Tue Jun 19, 2012, 09:51 PM

16. No, Bloomberg got it right.

It is very much a subsidy.

sub·si·dy: a sum of money granted by the government or a public body to assist an industry or business so that the price of a commodity or service may remain low or competitive

Read the paper in full to understand just how massive this subsidy is.

With each new banking crisis, the value of the implicit subsidy grows. In a recent paper, two economists -- Kenichi Ueda of the IMF and Beatrice Weder Di Mauro of the University of Mainz -- estimated that as of 2009 the expectation of government support was shaving about 0.8 percentage point off large banks’ borrowing costs. That’s up from 0.6 percentage point in 2007, before the financial crisis prompted a global round of bank bailouts.

To estimate the dollar value of the subsidy in the U.S., we multiplied it by the debt and deposits of 18 of the country’s largest banks, including JPMorgan, Bank of America Corp. and Citigroup Inc. The result: about $76 billion a year. The number is roughly equivalent to the banks’ total profits over the past 12 months, or more than the federal government spends every year on education.

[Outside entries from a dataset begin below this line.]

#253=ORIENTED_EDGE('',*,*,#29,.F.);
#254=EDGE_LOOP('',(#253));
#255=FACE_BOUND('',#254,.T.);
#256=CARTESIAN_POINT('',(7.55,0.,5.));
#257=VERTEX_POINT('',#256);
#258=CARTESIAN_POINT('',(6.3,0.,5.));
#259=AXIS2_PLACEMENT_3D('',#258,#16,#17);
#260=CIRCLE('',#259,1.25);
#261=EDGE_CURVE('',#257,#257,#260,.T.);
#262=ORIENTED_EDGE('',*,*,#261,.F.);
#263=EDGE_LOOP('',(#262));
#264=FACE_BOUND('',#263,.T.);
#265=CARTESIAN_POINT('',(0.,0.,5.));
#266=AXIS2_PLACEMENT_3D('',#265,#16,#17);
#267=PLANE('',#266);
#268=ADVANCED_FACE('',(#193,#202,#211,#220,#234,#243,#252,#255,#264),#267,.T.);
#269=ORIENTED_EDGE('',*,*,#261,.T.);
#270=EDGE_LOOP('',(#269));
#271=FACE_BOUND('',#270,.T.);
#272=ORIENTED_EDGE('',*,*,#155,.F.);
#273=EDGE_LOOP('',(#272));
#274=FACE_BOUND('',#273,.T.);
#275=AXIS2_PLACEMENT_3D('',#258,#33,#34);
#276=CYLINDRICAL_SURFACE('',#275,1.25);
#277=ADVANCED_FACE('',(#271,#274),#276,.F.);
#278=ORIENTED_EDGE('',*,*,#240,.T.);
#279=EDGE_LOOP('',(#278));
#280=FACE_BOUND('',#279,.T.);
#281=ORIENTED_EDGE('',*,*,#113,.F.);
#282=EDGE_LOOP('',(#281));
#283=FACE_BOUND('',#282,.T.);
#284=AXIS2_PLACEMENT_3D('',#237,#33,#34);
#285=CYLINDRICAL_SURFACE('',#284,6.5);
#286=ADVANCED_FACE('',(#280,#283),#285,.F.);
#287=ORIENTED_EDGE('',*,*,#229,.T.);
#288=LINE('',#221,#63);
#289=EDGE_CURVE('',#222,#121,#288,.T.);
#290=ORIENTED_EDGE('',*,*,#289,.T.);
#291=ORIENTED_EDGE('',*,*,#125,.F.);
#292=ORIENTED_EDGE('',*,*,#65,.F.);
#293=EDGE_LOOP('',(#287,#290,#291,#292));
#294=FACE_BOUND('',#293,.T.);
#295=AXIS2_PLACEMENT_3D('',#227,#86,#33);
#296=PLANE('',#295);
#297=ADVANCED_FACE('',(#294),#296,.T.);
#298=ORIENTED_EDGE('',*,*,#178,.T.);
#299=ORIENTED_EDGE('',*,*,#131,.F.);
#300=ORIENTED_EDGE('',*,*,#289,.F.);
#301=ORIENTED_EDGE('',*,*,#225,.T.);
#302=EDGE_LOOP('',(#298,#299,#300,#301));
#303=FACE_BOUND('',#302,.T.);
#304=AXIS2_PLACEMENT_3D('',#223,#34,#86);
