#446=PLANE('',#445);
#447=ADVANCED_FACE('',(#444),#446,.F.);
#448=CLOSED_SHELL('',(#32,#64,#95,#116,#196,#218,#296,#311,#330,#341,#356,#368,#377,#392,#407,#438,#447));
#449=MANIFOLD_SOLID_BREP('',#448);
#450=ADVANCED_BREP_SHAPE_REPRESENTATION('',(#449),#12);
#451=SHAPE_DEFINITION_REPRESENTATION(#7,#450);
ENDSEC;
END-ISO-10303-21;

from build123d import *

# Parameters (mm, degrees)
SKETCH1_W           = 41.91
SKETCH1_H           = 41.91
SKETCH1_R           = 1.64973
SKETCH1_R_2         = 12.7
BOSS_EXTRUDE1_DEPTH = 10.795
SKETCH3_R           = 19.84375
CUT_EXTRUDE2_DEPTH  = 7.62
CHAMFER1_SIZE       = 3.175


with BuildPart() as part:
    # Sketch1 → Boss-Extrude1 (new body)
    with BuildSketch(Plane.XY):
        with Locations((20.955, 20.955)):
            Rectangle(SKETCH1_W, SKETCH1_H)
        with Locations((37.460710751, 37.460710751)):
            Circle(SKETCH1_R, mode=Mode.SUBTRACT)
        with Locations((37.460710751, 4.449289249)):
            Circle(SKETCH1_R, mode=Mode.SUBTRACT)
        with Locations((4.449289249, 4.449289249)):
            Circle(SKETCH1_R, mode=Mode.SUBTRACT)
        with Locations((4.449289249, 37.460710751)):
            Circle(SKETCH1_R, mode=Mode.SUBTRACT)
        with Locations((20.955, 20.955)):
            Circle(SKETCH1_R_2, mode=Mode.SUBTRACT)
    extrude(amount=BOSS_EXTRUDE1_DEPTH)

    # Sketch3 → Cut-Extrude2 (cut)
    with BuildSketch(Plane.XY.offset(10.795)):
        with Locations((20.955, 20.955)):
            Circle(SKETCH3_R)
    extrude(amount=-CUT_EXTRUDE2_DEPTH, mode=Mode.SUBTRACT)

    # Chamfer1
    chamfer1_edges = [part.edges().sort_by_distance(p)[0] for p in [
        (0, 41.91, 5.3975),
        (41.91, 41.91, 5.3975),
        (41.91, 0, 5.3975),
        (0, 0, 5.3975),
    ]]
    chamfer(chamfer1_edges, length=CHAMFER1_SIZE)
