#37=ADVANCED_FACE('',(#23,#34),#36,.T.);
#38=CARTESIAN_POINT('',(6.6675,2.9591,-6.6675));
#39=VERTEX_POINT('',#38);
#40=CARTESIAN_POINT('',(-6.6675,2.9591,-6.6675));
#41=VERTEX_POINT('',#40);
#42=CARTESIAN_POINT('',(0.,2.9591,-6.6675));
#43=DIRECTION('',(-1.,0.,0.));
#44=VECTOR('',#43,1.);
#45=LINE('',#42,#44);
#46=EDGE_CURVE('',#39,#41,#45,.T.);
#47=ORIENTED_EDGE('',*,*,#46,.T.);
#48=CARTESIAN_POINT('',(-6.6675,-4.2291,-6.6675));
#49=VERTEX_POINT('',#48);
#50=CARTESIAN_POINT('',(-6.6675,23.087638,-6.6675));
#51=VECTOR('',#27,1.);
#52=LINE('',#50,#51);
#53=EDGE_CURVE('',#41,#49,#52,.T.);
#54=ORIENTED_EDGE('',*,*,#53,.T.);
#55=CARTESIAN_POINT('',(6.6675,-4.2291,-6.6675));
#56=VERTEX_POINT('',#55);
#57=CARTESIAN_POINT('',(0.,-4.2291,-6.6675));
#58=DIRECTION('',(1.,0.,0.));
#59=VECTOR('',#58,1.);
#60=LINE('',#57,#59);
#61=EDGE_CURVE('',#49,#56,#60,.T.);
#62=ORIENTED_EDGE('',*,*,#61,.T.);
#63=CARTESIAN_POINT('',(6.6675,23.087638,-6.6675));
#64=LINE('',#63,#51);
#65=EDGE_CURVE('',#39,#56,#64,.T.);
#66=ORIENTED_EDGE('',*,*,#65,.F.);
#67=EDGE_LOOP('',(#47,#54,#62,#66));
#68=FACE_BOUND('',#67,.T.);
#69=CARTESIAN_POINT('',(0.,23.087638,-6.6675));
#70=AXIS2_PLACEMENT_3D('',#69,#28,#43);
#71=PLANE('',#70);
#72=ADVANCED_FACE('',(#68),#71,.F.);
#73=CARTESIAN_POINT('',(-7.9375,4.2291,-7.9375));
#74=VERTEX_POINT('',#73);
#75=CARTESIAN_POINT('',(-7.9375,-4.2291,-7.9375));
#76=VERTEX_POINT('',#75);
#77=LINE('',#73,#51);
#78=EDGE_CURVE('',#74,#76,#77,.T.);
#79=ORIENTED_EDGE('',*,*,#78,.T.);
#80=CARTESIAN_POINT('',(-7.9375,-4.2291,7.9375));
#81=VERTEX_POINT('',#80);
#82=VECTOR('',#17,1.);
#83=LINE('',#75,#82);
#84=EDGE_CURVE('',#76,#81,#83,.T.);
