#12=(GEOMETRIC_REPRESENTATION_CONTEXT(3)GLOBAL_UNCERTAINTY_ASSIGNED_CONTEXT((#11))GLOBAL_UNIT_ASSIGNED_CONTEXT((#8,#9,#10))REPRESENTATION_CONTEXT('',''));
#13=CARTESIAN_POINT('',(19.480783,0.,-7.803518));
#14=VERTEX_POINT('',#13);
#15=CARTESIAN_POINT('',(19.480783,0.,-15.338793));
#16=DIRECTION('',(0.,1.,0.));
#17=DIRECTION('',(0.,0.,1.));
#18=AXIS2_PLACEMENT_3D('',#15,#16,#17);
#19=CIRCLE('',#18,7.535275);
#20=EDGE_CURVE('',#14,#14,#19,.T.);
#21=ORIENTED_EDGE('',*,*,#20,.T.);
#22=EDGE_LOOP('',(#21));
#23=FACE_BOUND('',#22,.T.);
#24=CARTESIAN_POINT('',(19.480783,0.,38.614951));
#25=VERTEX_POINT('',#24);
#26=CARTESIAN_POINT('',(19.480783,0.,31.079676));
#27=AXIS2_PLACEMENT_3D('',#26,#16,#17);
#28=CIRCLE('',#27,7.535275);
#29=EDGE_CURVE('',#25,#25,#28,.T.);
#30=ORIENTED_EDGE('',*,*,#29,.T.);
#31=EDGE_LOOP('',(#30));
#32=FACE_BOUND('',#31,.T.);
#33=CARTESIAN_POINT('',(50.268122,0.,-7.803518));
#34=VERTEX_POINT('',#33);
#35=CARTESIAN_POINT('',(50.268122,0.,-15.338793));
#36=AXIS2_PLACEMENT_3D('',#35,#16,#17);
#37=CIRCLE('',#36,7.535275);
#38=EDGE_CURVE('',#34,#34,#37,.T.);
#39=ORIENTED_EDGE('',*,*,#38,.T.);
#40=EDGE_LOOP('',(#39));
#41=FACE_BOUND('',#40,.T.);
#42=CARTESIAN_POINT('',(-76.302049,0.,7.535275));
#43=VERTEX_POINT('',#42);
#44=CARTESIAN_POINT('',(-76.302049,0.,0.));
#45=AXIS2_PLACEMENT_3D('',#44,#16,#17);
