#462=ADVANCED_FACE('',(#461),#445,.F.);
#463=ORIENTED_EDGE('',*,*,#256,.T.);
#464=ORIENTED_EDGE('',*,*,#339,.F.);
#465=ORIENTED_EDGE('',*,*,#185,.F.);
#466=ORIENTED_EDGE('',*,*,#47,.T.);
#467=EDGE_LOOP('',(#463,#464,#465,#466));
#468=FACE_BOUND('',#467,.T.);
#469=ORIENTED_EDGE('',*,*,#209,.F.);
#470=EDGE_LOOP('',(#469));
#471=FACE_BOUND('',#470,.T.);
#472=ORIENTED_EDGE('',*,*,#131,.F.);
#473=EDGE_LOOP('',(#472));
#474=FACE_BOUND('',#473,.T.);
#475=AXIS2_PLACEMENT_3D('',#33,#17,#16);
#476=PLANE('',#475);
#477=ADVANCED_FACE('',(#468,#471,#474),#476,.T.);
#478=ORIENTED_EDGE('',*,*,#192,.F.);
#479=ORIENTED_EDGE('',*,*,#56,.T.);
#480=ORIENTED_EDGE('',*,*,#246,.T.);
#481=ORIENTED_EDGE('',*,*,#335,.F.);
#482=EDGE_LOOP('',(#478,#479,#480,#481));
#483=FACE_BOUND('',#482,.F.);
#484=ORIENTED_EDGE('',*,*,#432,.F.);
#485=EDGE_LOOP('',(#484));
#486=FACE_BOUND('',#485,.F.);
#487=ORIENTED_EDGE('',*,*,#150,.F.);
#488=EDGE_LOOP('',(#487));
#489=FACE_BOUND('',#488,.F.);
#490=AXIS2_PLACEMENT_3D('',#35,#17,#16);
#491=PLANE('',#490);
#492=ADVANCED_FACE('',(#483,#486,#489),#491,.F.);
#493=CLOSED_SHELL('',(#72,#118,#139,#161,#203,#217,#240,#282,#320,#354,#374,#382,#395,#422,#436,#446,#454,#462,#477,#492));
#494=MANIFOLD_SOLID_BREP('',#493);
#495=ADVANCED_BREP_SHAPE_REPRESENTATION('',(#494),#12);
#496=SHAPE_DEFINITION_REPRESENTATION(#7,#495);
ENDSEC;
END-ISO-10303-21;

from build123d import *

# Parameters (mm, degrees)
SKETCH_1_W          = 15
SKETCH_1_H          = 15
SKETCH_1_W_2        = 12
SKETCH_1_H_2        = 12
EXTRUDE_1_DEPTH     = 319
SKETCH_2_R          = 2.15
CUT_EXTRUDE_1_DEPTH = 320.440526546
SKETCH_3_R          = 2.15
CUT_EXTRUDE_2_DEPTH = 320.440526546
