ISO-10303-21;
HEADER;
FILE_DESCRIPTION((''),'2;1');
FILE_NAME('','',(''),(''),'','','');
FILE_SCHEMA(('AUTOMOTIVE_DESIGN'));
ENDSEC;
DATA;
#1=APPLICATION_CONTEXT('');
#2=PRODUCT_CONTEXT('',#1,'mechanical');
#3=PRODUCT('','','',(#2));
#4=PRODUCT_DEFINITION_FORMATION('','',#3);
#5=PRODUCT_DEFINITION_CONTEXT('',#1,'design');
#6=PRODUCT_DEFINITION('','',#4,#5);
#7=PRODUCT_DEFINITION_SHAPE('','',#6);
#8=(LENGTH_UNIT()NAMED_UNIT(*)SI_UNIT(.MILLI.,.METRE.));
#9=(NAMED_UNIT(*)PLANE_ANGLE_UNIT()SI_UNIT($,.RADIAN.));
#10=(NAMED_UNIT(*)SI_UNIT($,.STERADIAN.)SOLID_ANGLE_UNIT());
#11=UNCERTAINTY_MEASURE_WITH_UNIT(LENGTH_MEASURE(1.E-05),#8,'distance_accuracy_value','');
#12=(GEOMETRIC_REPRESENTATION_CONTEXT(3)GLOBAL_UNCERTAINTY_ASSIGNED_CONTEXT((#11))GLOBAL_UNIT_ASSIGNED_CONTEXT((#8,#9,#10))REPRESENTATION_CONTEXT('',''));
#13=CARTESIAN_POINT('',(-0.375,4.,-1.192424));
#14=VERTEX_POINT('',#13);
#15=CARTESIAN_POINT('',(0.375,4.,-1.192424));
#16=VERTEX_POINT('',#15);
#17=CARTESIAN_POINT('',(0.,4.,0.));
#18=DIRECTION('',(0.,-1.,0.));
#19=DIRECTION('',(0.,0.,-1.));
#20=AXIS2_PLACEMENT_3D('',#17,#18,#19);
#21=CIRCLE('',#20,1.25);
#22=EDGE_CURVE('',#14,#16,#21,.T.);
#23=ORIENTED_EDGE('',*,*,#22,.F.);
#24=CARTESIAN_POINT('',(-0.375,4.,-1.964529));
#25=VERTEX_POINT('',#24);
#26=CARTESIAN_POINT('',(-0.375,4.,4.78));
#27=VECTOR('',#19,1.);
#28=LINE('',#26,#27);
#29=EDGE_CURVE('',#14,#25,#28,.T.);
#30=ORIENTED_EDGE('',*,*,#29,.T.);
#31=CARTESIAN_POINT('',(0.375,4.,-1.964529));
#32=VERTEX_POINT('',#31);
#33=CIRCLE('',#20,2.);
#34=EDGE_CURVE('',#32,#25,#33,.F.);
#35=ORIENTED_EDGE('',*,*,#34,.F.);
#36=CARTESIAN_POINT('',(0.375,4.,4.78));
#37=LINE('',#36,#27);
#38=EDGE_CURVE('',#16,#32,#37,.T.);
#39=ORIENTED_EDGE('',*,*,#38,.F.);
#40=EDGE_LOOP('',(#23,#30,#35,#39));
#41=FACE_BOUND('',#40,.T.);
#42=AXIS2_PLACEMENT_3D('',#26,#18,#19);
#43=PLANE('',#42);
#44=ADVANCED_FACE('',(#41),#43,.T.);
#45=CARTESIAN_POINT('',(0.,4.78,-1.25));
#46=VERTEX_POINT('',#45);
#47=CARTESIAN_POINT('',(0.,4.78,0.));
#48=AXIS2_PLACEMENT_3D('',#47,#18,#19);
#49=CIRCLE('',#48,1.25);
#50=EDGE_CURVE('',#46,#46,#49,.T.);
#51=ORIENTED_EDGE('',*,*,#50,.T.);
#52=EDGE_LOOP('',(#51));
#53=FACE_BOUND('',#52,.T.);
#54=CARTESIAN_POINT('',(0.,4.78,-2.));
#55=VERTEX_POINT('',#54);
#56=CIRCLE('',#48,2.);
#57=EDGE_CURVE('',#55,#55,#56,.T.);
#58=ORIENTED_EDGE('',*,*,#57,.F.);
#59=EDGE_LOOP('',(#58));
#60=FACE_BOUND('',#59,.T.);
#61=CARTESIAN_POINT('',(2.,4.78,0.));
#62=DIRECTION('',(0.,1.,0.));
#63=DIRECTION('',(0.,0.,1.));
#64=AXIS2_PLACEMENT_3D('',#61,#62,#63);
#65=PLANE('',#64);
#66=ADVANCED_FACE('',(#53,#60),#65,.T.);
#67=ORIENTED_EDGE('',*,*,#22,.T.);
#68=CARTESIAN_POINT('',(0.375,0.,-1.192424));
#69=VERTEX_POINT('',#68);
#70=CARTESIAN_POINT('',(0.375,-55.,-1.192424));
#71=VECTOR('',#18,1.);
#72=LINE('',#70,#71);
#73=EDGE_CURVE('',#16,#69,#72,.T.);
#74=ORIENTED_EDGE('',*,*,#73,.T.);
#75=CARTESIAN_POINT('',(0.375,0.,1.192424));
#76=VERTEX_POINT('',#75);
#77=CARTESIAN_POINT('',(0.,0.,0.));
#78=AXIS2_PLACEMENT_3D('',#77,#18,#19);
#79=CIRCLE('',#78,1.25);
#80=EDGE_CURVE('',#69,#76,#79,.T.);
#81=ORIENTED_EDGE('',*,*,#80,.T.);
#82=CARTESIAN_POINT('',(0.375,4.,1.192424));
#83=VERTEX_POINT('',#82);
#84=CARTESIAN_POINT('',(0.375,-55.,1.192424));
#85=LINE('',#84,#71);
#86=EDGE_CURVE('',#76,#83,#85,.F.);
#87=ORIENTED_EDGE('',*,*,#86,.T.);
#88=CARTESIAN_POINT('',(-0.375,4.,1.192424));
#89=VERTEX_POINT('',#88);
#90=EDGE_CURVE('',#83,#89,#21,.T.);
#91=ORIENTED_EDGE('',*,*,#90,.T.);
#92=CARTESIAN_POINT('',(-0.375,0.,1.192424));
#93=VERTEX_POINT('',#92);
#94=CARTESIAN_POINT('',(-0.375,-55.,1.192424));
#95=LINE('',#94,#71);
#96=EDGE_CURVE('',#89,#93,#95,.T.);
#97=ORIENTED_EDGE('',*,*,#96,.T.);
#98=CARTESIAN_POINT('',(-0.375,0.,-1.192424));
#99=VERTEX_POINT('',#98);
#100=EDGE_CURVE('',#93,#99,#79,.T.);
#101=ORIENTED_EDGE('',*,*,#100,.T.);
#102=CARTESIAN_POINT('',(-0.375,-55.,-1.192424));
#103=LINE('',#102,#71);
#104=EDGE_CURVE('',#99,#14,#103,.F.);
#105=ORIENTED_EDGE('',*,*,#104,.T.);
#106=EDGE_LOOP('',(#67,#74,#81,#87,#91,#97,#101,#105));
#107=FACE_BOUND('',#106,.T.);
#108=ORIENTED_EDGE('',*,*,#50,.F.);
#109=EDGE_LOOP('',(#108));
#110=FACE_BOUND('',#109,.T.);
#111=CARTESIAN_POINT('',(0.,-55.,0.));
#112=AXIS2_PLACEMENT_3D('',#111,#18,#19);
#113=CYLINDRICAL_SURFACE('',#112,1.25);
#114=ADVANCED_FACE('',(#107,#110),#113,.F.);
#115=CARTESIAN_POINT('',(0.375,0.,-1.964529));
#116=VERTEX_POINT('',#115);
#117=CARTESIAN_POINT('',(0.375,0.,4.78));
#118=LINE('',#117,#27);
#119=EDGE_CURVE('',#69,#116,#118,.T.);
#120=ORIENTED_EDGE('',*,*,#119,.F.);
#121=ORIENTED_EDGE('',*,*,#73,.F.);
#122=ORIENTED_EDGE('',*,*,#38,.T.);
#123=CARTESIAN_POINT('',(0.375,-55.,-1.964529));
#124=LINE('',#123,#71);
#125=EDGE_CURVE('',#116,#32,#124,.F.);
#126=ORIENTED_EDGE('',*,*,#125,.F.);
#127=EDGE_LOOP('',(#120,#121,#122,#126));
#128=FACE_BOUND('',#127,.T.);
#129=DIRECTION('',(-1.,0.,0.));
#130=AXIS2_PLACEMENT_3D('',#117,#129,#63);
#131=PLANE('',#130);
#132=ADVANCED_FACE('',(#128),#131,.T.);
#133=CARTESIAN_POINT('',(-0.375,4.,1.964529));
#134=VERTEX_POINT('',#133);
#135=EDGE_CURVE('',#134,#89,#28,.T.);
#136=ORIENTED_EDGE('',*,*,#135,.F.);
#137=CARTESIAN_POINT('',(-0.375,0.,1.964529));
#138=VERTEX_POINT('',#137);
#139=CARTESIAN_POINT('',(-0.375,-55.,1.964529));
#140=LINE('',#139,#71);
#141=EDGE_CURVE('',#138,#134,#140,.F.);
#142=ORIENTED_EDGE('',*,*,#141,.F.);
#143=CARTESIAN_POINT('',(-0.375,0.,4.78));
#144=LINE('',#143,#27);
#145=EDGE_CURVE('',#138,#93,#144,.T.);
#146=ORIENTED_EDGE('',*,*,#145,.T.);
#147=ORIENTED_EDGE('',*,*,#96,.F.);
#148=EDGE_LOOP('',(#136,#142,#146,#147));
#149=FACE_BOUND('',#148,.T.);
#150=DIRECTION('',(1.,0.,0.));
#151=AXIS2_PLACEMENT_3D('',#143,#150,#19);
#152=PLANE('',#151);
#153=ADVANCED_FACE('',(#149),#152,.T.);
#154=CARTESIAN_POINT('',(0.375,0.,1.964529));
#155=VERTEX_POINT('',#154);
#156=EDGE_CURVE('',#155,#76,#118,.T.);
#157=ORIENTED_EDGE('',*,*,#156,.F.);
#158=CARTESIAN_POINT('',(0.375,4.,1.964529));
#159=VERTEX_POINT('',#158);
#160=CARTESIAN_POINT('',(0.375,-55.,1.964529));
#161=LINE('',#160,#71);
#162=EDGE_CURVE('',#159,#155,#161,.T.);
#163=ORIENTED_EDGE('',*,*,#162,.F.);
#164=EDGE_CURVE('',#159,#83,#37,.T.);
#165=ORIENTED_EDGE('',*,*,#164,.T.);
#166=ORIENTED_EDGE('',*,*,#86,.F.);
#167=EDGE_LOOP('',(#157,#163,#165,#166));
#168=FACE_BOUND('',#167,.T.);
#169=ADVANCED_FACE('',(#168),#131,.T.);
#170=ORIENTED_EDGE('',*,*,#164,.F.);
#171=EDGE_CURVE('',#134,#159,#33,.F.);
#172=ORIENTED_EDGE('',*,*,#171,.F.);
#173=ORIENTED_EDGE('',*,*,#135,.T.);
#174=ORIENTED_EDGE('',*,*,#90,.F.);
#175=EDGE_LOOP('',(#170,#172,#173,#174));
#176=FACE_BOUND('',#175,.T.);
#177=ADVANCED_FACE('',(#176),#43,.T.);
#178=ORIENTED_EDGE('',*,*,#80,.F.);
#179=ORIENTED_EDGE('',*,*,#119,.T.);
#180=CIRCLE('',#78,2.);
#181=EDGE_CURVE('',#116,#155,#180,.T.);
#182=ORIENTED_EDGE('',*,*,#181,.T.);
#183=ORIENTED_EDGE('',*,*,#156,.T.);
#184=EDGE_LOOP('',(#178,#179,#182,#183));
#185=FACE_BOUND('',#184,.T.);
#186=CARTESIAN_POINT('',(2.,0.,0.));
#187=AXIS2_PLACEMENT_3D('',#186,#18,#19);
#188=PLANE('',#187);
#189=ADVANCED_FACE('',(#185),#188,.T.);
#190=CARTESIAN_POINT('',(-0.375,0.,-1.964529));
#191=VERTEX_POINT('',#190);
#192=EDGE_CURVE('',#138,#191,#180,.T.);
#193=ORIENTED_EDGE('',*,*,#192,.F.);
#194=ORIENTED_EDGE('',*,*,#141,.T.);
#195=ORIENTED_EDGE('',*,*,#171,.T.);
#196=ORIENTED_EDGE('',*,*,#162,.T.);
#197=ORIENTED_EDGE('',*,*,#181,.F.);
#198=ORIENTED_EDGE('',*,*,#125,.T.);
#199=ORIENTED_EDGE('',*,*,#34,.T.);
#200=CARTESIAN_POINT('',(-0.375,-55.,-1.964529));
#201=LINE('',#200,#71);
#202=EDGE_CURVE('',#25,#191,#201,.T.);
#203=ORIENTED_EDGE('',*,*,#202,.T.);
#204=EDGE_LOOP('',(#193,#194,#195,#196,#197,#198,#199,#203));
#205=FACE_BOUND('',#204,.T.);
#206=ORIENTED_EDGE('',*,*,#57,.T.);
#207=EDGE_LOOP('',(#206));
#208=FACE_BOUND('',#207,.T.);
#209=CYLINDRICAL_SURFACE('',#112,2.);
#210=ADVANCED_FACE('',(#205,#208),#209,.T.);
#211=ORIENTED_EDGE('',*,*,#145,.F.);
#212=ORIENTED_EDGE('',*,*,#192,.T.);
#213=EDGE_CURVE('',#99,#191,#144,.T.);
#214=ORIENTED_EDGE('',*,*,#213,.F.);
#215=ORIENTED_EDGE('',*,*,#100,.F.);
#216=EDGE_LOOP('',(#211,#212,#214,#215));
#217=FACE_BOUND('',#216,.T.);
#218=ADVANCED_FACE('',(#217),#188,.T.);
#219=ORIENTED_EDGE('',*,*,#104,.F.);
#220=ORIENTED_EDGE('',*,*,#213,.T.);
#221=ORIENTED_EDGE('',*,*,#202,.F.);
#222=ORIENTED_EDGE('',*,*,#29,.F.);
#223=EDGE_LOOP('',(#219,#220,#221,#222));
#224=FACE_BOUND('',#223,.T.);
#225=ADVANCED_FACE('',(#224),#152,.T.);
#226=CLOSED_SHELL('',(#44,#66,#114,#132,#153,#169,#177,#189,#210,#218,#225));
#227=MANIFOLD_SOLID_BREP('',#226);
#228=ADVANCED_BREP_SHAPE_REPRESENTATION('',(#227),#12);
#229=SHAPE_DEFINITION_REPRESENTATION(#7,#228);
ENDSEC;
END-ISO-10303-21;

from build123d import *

# Parameters (mm, degrees)
SKETCH2_W               = 0.75
SKETCH2_H               = 4.78
CUT_EXTRUDE1_DEPTH      = 4.78
CUT_EXTRUDE1_DEPTH_BACK = 4.78
SKETCH3_W               = 0.75
SKETCH3_H               = 4


with BuildPart() as part:
    # Sketch2 → Revolve1 (revolve)
    with BuildSketch(Plane.XY):
        with Locations((1.625, 2.39)):
            Rectangle(SKETCH2_W, SKETCH2_H)
    revolve(axis=Axis((0, -55, 0), (0, 1, 0)))

    # Sketch3 → Cut-Extrude1 (cut, two sides: drawn at the far end of the back side and taken through both)
    with BuildSketch(Plane.XY.offset(-CUT_EXTRUDE1_DEPTH_BACK)):
        with Locations((0, 2)):
            Rectangle(SKETCH3_W, SKETCH3_H)
    extrude(amount=CUT_EXTRUDE1_DEPTH + CUT_EXTRUDE1_DEPTH_BACK, mode=Mode.SUBTRACT)


solid = part.part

JPMorgan’s share of the subsidy is $14 billion a year, or about 77 percent of its net income for the past four quarters. In other words, U.S. taxpayers helped foot the bill for the multibillion-dollar trading loss that is the focus of today’s hearing. They’ve also provided more direct support: Dimon noted in a recent conference call that the Home Affordable Refinancing Program, which allows banks to generate income by modifying government-guaranteed mortgages, made a significant contribution to JPMorgan’s earnings in the first three months of 2012.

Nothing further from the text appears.